## Supplied data
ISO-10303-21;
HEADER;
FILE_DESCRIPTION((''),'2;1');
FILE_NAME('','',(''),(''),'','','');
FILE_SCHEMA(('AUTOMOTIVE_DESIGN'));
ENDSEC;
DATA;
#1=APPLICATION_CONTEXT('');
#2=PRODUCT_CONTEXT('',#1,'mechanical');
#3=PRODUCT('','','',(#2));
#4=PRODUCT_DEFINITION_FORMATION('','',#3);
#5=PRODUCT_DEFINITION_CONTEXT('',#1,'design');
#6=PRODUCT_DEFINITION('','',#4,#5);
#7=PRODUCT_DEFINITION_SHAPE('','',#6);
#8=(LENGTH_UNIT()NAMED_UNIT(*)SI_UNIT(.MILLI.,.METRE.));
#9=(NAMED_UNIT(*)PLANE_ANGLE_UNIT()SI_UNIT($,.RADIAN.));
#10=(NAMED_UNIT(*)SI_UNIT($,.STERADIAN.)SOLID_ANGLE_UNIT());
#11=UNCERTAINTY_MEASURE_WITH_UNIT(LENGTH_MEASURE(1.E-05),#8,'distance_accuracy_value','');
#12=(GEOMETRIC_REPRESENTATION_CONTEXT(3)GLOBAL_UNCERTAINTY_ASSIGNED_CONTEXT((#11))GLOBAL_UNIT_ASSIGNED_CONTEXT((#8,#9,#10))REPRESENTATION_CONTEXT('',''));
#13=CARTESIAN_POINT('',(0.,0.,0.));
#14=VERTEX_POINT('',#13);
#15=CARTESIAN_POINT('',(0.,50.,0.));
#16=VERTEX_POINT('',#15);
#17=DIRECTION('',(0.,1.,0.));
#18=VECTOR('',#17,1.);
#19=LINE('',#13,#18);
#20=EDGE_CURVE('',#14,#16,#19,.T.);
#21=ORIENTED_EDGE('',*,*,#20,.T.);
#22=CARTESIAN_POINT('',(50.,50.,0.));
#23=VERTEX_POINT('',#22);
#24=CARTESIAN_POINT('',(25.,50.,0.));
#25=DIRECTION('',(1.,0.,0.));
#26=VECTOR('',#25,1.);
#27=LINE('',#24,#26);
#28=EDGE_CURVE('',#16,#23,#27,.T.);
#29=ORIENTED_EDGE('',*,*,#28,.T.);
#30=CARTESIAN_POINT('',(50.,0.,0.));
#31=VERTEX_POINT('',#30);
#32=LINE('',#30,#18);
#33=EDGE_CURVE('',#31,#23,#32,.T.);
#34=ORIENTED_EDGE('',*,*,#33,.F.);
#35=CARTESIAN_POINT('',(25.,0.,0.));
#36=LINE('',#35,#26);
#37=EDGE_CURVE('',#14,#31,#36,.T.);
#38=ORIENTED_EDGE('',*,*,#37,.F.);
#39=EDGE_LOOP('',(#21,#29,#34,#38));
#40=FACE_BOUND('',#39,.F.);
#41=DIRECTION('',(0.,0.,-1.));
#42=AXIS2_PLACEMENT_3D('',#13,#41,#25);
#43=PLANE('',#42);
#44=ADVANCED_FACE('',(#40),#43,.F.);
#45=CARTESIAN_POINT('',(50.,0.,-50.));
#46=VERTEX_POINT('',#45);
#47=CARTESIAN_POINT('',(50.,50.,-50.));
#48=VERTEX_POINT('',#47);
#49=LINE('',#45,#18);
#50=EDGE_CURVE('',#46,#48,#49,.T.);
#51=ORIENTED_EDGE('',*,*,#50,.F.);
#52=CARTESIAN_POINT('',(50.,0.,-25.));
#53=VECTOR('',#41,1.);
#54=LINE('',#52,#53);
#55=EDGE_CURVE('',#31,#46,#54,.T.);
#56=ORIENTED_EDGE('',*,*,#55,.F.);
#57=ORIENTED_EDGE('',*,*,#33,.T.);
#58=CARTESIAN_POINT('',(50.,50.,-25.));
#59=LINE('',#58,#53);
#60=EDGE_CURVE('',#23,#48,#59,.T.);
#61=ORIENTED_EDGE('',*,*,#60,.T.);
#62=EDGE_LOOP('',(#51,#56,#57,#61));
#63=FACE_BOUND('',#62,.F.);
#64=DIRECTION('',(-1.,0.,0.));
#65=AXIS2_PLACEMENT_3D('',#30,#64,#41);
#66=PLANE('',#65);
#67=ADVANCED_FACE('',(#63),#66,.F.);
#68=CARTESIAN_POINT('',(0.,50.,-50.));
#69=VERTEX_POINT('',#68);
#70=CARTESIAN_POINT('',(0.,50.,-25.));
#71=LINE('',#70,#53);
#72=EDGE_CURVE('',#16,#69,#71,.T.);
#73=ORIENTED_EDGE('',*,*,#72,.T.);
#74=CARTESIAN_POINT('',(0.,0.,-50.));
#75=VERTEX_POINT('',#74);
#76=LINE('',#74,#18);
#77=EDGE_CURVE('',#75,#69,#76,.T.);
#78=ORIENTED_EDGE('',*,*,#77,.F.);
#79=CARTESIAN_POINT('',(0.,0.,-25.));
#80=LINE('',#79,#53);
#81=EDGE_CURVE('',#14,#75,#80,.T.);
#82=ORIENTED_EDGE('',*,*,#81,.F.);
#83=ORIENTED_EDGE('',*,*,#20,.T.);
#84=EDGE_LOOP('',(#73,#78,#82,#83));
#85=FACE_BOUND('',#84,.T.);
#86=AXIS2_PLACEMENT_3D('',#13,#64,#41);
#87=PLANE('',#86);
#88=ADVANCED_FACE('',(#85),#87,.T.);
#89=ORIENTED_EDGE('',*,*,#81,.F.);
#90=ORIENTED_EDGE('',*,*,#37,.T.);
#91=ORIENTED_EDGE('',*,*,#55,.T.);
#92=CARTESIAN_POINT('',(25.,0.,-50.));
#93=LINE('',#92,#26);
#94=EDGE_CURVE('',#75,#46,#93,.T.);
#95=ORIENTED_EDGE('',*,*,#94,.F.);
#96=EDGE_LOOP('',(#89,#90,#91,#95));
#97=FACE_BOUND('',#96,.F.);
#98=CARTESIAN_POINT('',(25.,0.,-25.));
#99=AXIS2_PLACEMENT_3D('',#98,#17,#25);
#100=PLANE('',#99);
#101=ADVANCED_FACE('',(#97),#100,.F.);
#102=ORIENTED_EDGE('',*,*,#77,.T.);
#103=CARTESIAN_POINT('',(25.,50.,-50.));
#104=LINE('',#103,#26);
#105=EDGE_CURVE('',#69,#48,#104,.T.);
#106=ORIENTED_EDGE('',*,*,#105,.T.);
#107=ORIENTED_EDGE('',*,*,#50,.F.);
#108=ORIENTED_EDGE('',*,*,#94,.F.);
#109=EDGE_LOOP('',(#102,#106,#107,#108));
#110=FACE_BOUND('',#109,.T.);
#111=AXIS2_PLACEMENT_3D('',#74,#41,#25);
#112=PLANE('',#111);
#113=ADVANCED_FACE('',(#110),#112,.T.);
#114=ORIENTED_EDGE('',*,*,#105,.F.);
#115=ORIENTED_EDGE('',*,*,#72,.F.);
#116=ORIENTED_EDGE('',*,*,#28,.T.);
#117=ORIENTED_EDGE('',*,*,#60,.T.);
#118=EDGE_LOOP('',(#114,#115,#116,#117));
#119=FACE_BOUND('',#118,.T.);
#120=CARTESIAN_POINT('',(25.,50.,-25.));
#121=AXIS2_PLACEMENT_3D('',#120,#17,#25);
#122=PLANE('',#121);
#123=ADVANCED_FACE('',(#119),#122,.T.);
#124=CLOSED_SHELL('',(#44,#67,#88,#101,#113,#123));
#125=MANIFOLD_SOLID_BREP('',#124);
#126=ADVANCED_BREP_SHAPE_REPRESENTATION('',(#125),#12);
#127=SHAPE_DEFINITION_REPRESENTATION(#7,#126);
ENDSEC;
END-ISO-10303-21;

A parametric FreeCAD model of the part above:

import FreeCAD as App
import Part
import Sketcher
Q = App.Units.Quantity


def add_polygon(sketch, points):
    """Adds a closed chain of lines whose ends are joined by coincident constraints."""
    first, n = sketch.GeometryCount, len(points)
    for a, b in zip(points, points[1:] + points[:1]):
        sketch.addGeometry(Part.LineSegment(App.Vector(*a, 0), App.Vector(*b, 0)), False)
    for i in range(n):
        sketch.addConstraint(Sketcher.Constraint("Coincident", first + i, 2, first + (i + 1) % n, 1))

doc = App.newDocument("Part")
body = doc.addObject("PartDesign::Body", "Body")

# Sketch on XZ plane
sketch1 = doc.addObject("Sketcher::SketchObject", "Sketch")
body.addObject(sketch1)
sketch1.AttachmentSupport = (doc.XZ_Plane, [""])
sketch1.MapMode = "FlatFace"
add_polygon(sketch1, [(0, -50), (0, 0), (50, 0), (50, -50)])  # lines 0-3
sketch1.addConstraint([
    Sketcher.Constraint("Vertical", 0),
    Sketcher.Constraint("Horizontal", 1),
    Sketcher.Constraint("Vertical", 2),
    Sketcher.Constraint("Horizontal", 3),
    Sketcher.Constraint("Coincident", 0, 2, -1, 1),
    Sketcher.Constraint("Equal", 3, 0),
    Sketcher.Constraint("DistanceX", 1, 1, 1, 2, Q("50 mm")),
])
pad1 = doc.addObject("PartDesign::Pad", "Pad")
body.addObject(pad1)
pad1.Profile = sketch1
pad1.Length = 50
pad1.Reversed = True

doc.recompute()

## Task prompt
Only the lines above starting at the one containing "#122=PLANE('',#121);" and ending at the one containing "A parametric FreeCAD", both included, are to be returned, exactly as they read.

## Exercise result
#122=PLANE('',#121);
#123=ADVANCED_FACE('',(#119),#122,.T.);
#124=CLOSED_SHELL('',(#44,#67,#88,#101,#113,#123));
#125=MANIFOLD_SOLID_BREP('',#124);
#126=ADVANCED_BREP_SHAPE_REPRESENTATION('',(#125),#12);
#127=SHAPE_DEFINITION_REPRESENTATION(#7,#126);
ENDSEC;
END-ISO-10303-21;

A parametric FreeCAD model of the part above:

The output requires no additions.